Ворота выглядели странно. Казалось, будто в этом месте прежде была сплошная стена, но затем она то ли обрушилась, то ли её что-то пробило. Разорванные края стены остались кривыми. И прямо сюда, в этот разрыв, воткнули сетчатые ворота в металлической раме, порядком заржавевшей. Створка, всего одна, могла пропустить и экипаж, но сейчас была приоткрыта ровно настолько, чтобы мог пройти человек.

На мокрой сетке висела покосившаяся табличка — дерево потемнело, краска облупилась. Хитринка предположила, что там написано название города. Хотя это могла быть и надпись «Вход воспрещён», и что угодно другое.

В узкой деревянной будке перед воротами сидел стражник за стойкой. Опершись щекой на ладонь, он рассеянно глядел перед собой. Рядом в обрезанной жестяной банке тлел и дымился окурок.

— Я первый, — ещё раз повторил Карл. — Стойте тут, за столбом, а лучше отойдите подальше. Ну, надеюсь, встретимся по ту сторону стены.

И он решительно зашагал вперёд.

Вскоре Карл поравнялся с постом и перебросился парой фраз с охранником. Затем пошёл было дальше, но тут страж, хлопнув себя по лбу, окликнул путника. Карл вернулся, достал из-под рубахи какую-то вещь на цепочке, показал. Пропуск, наверное.

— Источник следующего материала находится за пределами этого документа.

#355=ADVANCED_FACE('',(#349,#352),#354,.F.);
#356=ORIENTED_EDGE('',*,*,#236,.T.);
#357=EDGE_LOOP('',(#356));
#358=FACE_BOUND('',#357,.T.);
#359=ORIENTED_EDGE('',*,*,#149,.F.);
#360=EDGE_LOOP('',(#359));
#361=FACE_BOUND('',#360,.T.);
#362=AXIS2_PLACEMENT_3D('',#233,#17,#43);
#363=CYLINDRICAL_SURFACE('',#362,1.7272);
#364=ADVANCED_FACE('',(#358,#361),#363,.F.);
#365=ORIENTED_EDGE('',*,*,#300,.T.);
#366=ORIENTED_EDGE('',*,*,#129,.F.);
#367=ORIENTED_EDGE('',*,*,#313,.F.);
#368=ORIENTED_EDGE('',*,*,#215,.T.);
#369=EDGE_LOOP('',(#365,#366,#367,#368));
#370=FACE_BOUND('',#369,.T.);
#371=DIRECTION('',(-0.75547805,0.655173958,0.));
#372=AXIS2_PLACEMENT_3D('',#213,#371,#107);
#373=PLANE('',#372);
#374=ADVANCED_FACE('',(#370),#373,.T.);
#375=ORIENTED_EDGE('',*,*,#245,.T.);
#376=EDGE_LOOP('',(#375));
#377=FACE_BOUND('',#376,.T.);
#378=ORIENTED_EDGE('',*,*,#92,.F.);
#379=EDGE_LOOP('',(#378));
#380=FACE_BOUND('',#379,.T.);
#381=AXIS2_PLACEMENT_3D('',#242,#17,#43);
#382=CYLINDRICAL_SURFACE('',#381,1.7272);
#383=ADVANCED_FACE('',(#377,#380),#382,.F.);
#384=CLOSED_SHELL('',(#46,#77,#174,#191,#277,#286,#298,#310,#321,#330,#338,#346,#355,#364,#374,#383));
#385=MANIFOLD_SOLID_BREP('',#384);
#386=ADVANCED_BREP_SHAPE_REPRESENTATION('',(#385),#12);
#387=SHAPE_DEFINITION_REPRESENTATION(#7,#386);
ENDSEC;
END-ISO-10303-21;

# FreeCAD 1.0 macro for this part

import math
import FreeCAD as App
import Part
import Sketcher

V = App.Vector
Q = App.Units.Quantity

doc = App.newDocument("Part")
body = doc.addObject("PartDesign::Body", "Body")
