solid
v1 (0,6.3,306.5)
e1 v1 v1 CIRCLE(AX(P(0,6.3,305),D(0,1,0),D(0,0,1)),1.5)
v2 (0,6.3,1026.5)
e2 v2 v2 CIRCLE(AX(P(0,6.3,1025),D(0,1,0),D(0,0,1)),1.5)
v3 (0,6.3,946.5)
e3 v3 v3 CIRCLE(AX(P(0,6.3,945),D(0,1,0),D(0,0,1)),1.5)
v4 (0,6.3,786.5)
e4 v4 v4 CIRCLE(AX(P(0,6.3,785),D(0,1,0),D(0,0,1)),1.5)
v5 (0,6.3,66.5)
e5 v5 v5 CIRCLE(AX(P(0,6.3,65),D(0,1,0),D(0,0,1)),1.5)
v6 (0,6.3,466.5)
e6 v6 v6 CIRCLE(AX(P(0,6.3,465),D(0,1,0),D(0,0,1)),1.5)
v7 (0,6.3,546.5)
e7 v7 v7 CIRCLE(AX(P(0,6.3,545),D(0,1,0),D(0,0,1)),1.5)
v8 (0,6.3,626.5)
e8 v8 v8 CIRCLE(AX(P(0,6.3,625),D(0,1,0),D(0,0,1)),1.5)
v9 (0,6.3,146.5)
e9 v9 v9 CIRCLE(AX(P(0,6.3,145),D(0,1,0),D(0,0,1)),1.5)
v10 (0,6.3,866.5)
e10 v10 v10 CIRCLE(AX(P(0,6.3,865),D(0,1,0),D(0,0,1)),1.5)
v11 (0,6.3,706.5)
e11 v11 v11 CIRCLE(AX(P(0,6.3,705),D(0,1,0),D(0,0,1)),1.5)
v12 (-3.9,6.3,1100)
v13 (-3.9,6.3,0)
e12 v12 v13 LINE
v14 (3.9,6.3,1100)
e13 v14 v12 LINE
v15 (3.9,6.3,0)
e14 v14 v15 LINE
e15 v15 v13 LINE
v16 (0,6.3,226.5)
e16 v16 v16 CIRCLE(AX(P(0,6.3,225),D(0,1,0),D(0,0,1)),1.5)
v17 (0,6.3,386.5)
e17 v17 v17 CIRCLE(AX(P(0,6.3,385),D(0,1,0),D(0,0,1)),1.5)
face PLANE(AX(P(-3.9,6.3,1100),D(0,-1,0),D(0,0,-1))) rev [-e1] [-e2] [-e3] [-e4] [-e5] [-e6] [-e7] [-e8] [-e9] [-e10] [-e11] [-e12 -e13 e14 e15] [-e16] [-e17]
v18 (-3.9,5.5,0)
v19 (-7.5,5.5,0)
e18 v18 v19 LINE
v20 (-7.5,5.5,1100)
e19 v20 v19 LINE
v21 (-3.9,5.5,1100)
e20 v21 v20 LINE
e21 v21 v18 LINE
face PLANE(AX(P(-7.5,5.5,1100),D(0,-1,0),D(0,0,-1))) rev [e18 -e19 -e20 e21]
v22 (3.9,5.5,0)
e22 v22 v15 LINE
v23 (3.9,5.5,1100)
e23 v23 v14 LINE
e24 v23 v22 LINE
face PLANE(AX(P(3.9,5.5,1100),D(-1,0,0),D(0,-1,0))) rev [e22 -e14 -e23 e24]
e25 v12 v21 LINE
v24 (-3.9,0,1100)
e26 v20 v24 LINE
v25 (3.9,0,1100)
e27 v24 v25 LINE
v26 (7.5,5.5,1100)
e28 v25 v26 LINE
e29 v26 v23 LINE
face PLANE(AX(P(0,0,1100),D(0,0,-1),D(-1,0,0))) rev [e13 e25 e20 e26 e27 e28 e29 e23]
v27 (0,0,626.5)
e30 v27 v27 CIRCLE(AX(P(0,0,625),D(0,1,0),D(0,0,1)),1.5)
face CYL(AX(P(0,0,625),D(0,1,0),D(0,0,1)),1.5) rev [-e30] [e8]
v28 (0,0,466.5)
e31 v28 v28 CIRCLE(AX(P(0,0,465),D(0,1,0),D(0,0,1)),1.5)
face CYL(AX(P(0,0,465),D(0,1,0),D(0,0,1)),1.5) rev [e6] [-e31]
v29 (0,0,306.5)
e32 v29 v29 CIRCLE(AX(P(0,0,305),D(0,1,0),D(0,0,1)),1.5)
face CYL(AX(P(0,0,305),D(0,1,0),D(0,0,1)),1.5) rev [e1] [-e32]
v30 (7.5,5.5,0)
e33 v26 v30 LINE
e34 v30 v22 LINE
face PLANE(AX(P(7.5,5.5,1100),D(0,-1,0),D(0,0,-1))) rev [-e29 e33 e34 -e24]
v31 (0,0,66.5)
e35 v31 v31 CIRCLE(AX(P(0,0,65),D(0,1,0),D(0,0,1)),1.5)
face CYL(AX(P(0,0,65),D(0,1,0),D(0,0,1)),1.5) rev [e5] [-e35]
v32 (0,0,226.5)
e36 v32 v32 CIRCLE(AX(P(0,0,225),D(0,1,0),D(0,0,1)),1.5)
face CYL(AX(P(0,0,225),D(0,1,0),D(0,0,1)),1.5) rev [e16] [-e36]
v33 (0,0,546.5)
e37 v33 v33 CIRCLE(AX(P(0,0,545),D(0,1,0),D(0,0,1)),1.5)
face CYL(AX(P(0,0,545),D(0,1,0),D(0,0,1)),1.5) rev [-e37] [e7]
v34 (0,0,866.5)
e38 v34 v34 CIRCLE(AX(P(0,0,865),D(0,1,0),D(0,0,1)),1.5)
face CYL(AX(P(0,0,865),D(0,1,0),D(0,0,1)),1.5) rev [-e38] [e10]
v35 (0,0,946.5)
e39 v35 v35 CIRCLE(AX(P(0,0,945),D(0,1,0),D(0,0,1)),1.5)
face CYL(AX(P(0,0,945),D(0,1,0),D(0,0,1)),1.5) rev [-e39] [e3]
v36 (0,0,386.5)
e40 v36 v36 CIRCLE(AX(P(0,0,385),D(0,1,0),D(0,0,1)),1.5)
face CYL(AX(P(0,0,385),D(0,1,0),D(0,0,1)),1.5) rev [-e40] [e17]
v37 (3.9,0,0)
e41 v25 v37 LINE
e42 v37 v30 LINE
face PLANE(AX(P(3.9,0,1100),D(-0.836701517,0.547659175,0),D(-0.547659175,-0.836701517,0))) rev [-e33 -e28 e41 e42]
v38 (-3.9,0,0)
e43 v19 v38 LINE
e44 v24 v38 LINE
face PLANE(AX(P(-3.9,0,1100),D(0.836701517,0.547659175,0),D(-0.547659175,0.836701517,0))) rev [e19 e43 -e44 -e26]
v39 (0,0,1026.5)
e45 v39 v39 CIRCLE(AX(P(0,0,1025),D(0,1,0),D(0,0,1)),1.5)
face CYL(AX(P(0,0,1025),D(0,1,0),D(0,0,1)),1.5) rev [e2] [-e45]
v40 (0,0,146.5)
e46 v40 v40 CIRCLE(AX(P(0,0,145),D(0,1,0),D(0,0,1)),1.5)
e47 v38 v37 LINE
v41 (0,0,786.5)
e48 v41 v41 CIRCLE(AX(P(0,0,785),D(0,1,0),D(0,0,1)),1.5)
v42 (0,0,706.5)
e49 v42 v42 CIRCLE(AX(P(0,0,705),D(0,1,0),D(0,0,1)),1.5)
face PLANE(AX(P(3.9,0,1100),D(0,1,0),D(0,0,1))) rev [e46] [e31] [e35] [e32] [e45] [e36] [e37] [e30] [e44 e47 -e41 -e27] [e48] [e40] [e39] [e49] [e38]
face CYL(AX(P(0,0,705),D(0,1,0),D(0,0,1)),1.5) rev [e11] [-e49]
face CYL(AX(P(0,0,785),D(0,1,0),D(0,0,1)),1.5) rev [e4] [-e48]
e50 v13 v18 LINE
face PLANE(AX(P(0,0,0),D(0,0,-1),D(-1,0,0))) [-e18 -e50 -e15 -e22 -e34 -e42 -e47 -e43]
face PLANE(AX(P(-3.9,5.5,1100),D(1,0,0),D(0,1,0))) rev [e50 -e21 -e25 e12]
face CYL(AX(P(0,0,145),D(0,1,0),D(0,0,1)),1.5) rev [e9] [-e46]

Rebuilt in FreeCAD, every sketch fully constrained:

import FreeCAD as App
import Part
import Sketcher
from FreeCAD import Vector


def add_polygon(sketch, points):
    """Adds a closed chain of lines whose ends are joined by coincident constraints."""
    first, n = sketch.GeometryCount, len(points)
    for a, b in zip(points, points[1:] + points[:1]):
        sketch.addGeometry(Part.LineSegment(App.Vector(*a, 0), App.Vector(*b, 0)), False)
    for i in range(n):
        sketch.addConstraint(Sketcher.Constraint("Coincident", first + i, 2, first + (i + 1) % n, 1))

doc = App.newDocument("Part")
body = doc.addObject("PartDesign::Body", "Body")

# Sketch on XY plane
sketch1 = body.newObject("Sketcher::SketchObject", "Sketch")
sketch1.AttachmentSupport = (doc.getObject("XY_Plane"), [""])
sketch1.MapMode = "FlatFace"
add_polygon(sketch1, [(-3.9, 0), (3.9, 0), (7.5, 5.5), (3.9, 5.5), (3.9, 6.3), (-3.9, 6.3), (-3.9, 5.5), (-7.5, 5.5)])  # lines 0-7
sketch1.addConstraint([
    Sketcher.Constraint("Horizontal", 0),
    Sketcher.Constraint("Horizontal", 2),
    Sketcher.Constraint("Vertical", 3),
    Sketcher.Constraint("Horizontal", 4),
    Sketcher.Constraint("Vertical", 5),
    Sketcher.Constraint("Horizontal", 6),
    Sketcher.Constraint("Symmetric", 0, 2, 7, 2, -1, 1),
    Sketcher.Constraint("Symmetric", 2, 2, 5, 2, -2),
    Sketcher.Constraint("Vertical", 0, 2, 2, 2),
    Sketcher.Constraint("Equal", 2, 6),
    Sketcher.Constraint("DistanceX", 0, 1, 0, 2, 7.8),
    Sketcher.Constraint("DistanceX", 2, 2, 2, 1, 3.6),
    Sketcher.Constraint("DistanceY", 3, 1, 3, 2, 0.8),
    Sketcher.Constraint("DistanceY", -1, 1, 1, 2, 5.5),
])
pad1 = body.newObject("PartDesign::Pad", "Pad")
pad1.Profile = sketch1
pad1.Length = 1100

# Sketch on XZ plane
sketch2 = body.newObject("Sketcher::SketchObject", "Sketch001")
sketch2.AttachmentSupport = (doc.getObject("XZ_Plane"), [""])
sketch2.MapMode = "FlatFace"
sketch2.AttachmentOffset = App.Placement(Vector(0, 0, -6.3), App.Rotation())
sketch2.addGeometry([
    Part.Circle(Vector(0, 65, 0), Vector(0, 0, 1), 1.5),  # 0
    Part.Circle(Vector(0, 145, 0), Vector(0, 0, 1), 1.5),  # 1
    Part.Circle(Vector(0, 225, 0), Vector(0, 0, 1), 1.5),  # 2
    Part.Circle(Vector(0, 305, 0), Vector(0, 0, 1), 1.5),  # 3
    Part.Circle(Vector(0, 385, 0), Vector(0, 0, 1), 1.5),  # 4
    Part.Circle(Vector(0, 465, 0), Vector(0, 0, 1), 1.5),  # 5
    Part.Circle(Vector(0, 545, 0), Vector(0, 0, 1), 1.5),  # 6
    Part.Circle(Vector(0, 625, 0), Vector(0, 0, 1), 1.5),  # 7
    Part.Circle(Vector(0, 705, 0), Vector(0, 0, 1), 1.5),  # 8
    Part.Circle(Vector(0, 785, 0), Vector(0, 0, 1), 1.5),  # 9
    Part.Circle(Vector(0, 865, 0), Vector(0, 0, 1), 1.5),  # 10
    Part.Circle(Vector(0, 945, 0), Vector(0, 0, 1), 1.5),  # 11
    Part.Circle(Vector(0, 1025, 0), Vector(0, 0, 1), 1.5),  # 12
], False)
sketch2.addConstraint([
    Sketcher.Constraint("Equal", 0, 1),
    Sketcher.Constraint("Equal", 1, 2),
    Sketcher.Constraint("Equal", 2, 3),
    Sketcher.Constraint("Equal", 3, 4),
    Sketcher.Constraint("Equal", 4, 5),
    Sketcher.Constraint("Equal", 5, 6),
    Sketcher.Constraint("Equal", 6, 7),
    Sketcher.Constraint("Equal", 7, 8),
    Sketcher.Constraint("Equal", 8, 9),
    Sketcher.Constraint("Equal", 9, 10),
    Sketcher.Constraint("Equal", 10, 11),
    Sketcher.Constraint("Equal", 11, 12),
    Sketcher.Constraint("PointOnObject", 0, 3, -2),
    Sketcher.Constraint("PointOnObject", 1, 3, -2),
    Sketcher.Constraint("PointOnObject", 2, 3, -2),
    Sketcher.Constraint("PointOnObject", 3, 3, -2),
    Sketcher.Constraint("PointOnObject", 4, 3, -2),
    Sketcher.Constraint("PointOnObject", 5, 3, -2),
    Sketcher.Constraint("PointOnObject", 6, 3, -2),
    Sketcher.Constraint("PointOnObject", 7, 3, -2),
    Sketcher.Constraint("PointOnObject", 8, 3, -2),
    Sketcher.Constraint("PointOnObject", 9, 3, -2),
    Sketcher.Constraint("PointOnObject", 10, 3, -2),
    Sketcher.Constraint("PointOnObject", 11, 3, -2),
    Sketcher.Constraint("PointOnObject", 12, 3, -2),
    Sketcher.Constraint("Diameter", 0, 3.0),
    Sketcher.Constraint("DistanceY", -1, 1, 0, 3, 65.0),
    Sketcher.Constraint("DistanceY", -1, 1, 1, 3, 145.0),
    Sketcher.Constraint("DistanceY", -1, 1, 2, 3, 225.0),
    Sketcher.Constraint("DistanceY", -1, 1, 3, 3, 305.0),
    Sketcher.Constraint("DistanceY", -1, 1, 4, 3, 385.0),
    Sketcher.Constraint("DistanceY", -1, 1, 5, 3, 465.0),
    Sketcher.Constraint("DistanceY", -1, 1, 6, 3, 545.0),
    Sketcher.Constraint("DistanceY", -1, 1, 7, 3, 625.0),
    Sketcher.Constraint("DistanceY", -1, 1, 8, 3, 705.0),
    Sketcher.Constraint("DistanceY", -1, 1, 9, 3, 785.0),
    Sketcher.Constraint("DistanceY", -1, 1, 10, 3, 865.0),
    Sketcher.Constraint("DistanceY", -1, 1, 11, 3, 945.0),
    Sketcher.Constraint("DistanceY", -1, 1, 12, 3, 1025.0),
])
pocket1 = body.newObject("PartDesign::Pocket", "Pocket")
pocket1.Profile = sketch2
pocket1.Type = "ThroughAll"
pocket1.Reversed = True

doc.recompute()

Стражник вытащил из-под стойки увесистый том, пролистал, схватил окурок и ткнул в страницу. Тут же замахал на дымок руками и поспешно выставил книгу наружу из-под навеса, под дождь.

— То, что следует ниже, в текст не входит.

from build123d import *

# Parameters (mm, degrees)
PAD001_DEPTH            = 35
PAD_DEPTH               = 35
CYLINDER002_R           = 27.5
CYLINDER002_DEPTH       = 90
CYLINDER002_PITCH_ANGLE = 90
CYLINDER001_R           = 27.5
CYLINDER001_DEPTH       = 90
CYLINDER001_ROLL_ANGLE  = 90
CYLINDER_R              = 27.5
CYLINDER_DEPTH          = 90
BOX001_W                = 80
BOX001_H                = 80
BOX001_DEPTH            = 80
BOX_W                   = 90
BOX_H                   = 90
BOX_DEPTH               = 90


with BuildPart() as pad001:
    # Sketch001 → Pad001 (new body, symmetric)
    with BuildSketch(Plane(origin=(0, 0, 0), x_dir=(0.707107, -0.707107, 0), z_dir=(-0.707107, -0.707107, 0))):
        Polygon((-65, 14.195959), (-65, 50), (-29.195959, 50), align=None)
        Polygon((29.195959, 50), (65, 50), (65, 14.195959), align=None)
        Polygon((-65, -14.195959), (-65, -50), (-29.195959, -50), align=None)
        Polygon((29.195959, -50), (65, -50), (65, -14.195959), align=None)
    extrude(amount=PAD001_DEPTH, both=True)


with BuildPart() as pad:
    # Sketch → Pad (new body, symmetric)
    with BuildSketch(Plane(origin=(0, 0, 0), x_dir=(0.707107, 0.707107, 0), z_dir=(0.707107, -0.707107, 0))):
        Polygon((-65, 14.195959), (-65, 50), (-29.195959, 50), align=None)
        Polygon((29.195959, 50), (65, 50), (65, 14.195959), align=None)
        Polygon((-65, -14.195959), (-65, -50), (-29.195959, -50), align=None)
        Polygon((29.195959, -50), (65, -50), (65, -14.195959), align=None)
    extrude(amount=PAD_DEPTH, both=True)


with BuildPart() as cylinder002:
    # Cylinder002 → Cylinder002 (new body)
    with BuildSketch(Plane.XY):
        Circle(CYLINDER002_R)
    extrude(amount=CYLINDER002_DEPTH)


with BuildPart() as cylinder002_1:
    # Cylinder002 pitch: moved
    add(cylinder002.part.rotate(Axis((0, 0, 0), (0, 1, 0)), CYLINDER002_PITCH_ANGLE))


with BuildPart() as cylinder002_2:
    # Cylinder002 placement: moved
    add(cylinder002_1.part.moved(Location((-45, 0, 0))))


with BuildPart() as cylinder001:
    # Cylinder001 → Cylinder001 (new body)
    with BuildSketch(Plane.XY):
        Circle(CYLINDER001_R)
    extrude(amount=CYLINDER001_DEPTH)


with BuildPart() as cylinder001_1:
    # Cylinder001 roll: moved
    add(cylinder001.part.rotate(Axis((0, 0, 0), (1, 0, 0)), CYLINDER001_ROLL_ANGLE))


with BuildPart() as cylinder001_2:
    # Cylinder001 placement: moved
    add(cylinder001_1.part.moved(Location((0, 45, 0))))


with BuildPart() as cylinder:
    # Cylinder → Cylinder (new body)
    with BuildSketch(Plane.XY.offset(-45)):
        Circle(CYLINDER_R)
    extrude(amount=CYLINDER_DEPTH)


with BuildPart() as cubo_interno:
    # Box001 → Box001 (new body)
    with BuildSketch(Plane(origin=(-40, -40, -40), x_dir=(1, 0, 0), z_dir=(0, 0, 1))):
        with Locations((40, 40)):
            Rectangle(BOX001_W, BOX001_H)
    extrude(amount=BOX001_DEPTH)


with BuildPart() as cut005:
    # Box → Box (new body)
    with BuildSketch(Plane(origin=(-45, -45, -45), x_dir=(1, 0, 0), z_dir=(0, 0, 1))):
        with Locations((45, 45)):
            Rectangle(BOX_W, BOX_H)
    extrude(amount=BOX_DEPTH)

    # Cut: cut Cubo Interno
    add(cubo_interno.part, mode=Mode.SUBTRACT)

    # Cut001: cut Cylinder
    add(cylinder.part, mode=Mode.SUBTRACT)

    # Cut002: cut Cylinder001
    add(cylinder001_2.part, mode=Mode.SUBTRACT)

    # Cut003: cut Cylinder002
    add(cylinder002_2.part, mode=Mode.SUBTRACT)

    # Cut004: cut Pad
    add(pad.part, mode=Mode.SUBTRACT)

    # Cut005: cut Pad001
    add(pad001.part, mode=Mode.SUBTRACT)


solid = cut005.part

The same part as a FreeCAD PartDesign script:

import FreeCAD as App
import Part
import Sketcher

V = App.Vector

doc = App.newDocument("Part")
params = doc.addObject("Spreadsheet::Sheet", "Params")
for row, (alias, value) in enumerate([
    ("pad1_length", "70 mm"),
    ("pad2_length", "70 mm"),
    ("sketch3_diameter", "55 mm"),
    ("pad3_length", "90 mm"),
    ("sketch4_diameter", "55 mm"),
    ("pad4_length", "90 mm"),
    ("sketch5_diameter", "55 mm"),
    ("pad5_length", "90 mm"),
    ("sketch6_width", "80 mm"),
    ("pad6_length", "80 mm"),
    ("sketch7_width", "90 mm"),
    ("pad7_length", "90 mm"),
], start=1):
    params.set(f"A{row}", alias)
    params.set(f"B{row}", "=" + value)
    params.setAlias(f"B{row}", alias)

body = doc.addObject("PartDesign::Body", "Body")
body.AllowCompound = True

# Sketch on an angled plane
sketch1 = body.newObject("Sketcher::SketchObject", "Sketch")
sketch1.Placement = App.Placement(V(0, 0, 0), App.Rotation(V(0.707106781, -0.707106781, 0), V(0, 0, 0.999999999), V(-0.707106781, -0.707106781, 0), "ZXY"))
sketch1.addGeometry(Part.LineSegment(V(-65, 50, 0), V(-65, 14, 0)), False)
sketch1.addGeometry(Part.LineSegment(V(-65, 14, 0), V(-29, 50, 0)), False)
sketch1.addGeometry(Part.LineSegment(V(-29, 50, 0), V(-65, 50, 0)), False)
sketch1.addGeometry(Part.LineSegment(V(65, 50, 0), V(29, 50, 0)), False)
sketch1.addGeometry(Part.LineSegment(V(29, 50, 0), V(65, 14, 0)), False)
sketch1.addGeometry(Part.LineSegment(V(65, 14, 0), V(65, 50, 0)), False)
sketch1.addGeometry(Part.LineSegment(V(-65, -14, 0), V(-65, -50, 0)), False)
sketch1.addGeometry(Part.LineSegment(V(-65, -50, 0), V(-29, -50, 0)), False)
sketch1.addGeometry(Part.LineSegment(V(-29, -50, 0), V(-65, -14, 0)), False)
sketch1.addGeometry(Part.LineSegment(V(29, -50, 0), V(65, -50, 0)), False)
sketch1.addGeometry(Part.LineSegment(V(65, -50, 0), V(65, -14, 0)), False)
sketch1.addGeometry(Part.LineSegment(V(65, -14, 0), V(29, -50, 0)), False)
sketch1.addConstraint(Sketcher.Constraint("Coincident", 0, 2, 1, 1))
sketch1.addConstraint(Sketcher.Constraint("Coincident", 1, 2, 2, 1))
sketch1.addConstraint(Sketcher.Constraint("Coincident", 2, 2, 0, 1))
sketch1.addConstraint(Sketcher.Constraint("Coincident", 3, 2, 4, 1))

Карл рассмеялся — это было слышно даже здесь.

Постовой залился краской, отыскал карандаш, что-то записал на страницах и махнул рукой. Карл, всё ещё смеясь, вошёл в ворота.

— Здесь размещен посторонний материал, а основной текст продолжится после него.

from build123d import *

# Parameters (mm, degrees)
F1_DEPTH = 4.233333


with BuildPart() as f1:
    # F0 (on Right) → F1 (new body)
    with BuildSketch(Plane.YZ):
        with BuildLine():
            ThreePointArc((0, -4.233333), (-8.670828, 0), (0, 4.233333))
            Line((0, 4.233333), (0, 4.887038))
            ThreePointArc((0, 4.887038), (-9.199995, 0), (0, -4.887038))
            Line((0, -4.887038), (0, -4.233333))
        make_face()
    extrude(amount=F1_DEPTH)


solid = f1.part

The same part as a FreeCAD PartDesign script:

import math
import FreeCAD as App
import Part
import Sketcher

doc = App.newDocument("Part")
body = doc.addObject("PartDesign::Body", "Body")

# Sketch on YZ plane
sketch1 = body.newObject("Sketcher::SketchObject", "Sketch")
sketch1.AttachmentSupport = (doc.getObject("YZ_Plane"), [""])
sketch1.MapMode = "FlatFace"
sketch1.addGeometry(Part.ArcOfCircle(Part.Circle(App.Vector(-3.302, 0, 0), App.Vector(0, 0, 1), 5.368828), math.radians(52.045766), math.radians(307.954234)), False)
sketch1.addGeometry(Part.LineSegment(App.Vector(0, 4.233333, 0), App.Vector(0, 4.887038, 0)), False)
sketch1.addGeometry(Part.ArcOfCircle(Part.Circle(App.Vector(-3.302, 0, 0), App.Vector(0, 0, 1), 5.897995), math.radians(55.954487), math.radians(304.045513)), False)
sketch1.addGeometry(Part.LineSegment(App.Vector(0, -4.887038, 0), App.Vector(0, -4.233333, 0)), False)
sketch1.addConstraint(Sketcher.Constraint("Coincident", 0, 1, 1, 1))
sketch1.addConstraint(Sketcher.Constraint("Coincident", 1, 2, 2, 1))
sketch1.addConstraint(Sketcher.Constraint("Coincident", 2, 2, 3, 1))
sketch1.addConstraint(Sketcher.Constraint("Coincident", 3, 2, 0, 2))
sketch1.addConstraint(Sketcher.Constraint("Vertical", 1))
sketch1.addConstraint(Sketcher.Constraint("Vertical", 3))
sketch1.addConstraint(Sketcher.Constraint("Coincident", 2, 3, 0, 3))
sketch1.addConstraint(Sketcher.Constraint("Symmetric", 1, 2, 2, 2, -1, 1))
sketch1.addConstraint(Sketcher.Constraint("PointOnObject", 0, 3, -1))
sketch1.addConstraint(Sketcher.Constraint("DistanceX", 0, 3, -1, 1, 3.302))
sketch1.addConstraint(Sketcher.Constraint("Radius", 0, 5.368828))
sketch1.addConstraint(Sketcher.Constraint("Radius", 2, 5.897995))
pad1 = body.newObject("PartDesign::Pad", "Pad")
pad1.Profile = sketch1
pad1.Length = 4.233333

doc.recompute()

— Идём, идём! — заторопила Марта. — Я уже мокрая вся!

Для верности они выждали ещё пару минут, а затем побрели по раскисшей дороге. Хитринка ужасно жалела, что избавилась от старой накидки: залатанная и выцветшая, та хотя бы защищала от дождя, не то что шляпка, купленная у старьёвщика.

— Добрый день, — сказал Прохвост охраннику, и тот поднял глаза. Если бы они прошли молча, наверное, и не заметил бы.

— Кто такие, куда путь держите?

— Злорад, Плутня и Матильда, — ответил за всех Прохвост. — Идём в гости к дядюшке.

Стражник мельком поглядел на пропуска, достал промокшую книгу с прожжённым пятном посередине листа, кое-как вписал имена карандашом, царапающим влажную бумагу.

— Ну, проходите, — вздохнул он. — Да по улицам не особо шляйтесь, неспокойно сегодня.

— Почему это неспокойно? — тут же спросила любопытная Марта, но Прохвост потянул её за шиворот.

— Не отвлекай человека от работы, сами разберёмся.

И когда отошли, добавил вполголоса:

— Пропустили — и отлично, уходить нужно скорее. Будешь долго крутиться у стражника перед носом, он ещё заподозрит неладное. Мы и так по чужим пропускам.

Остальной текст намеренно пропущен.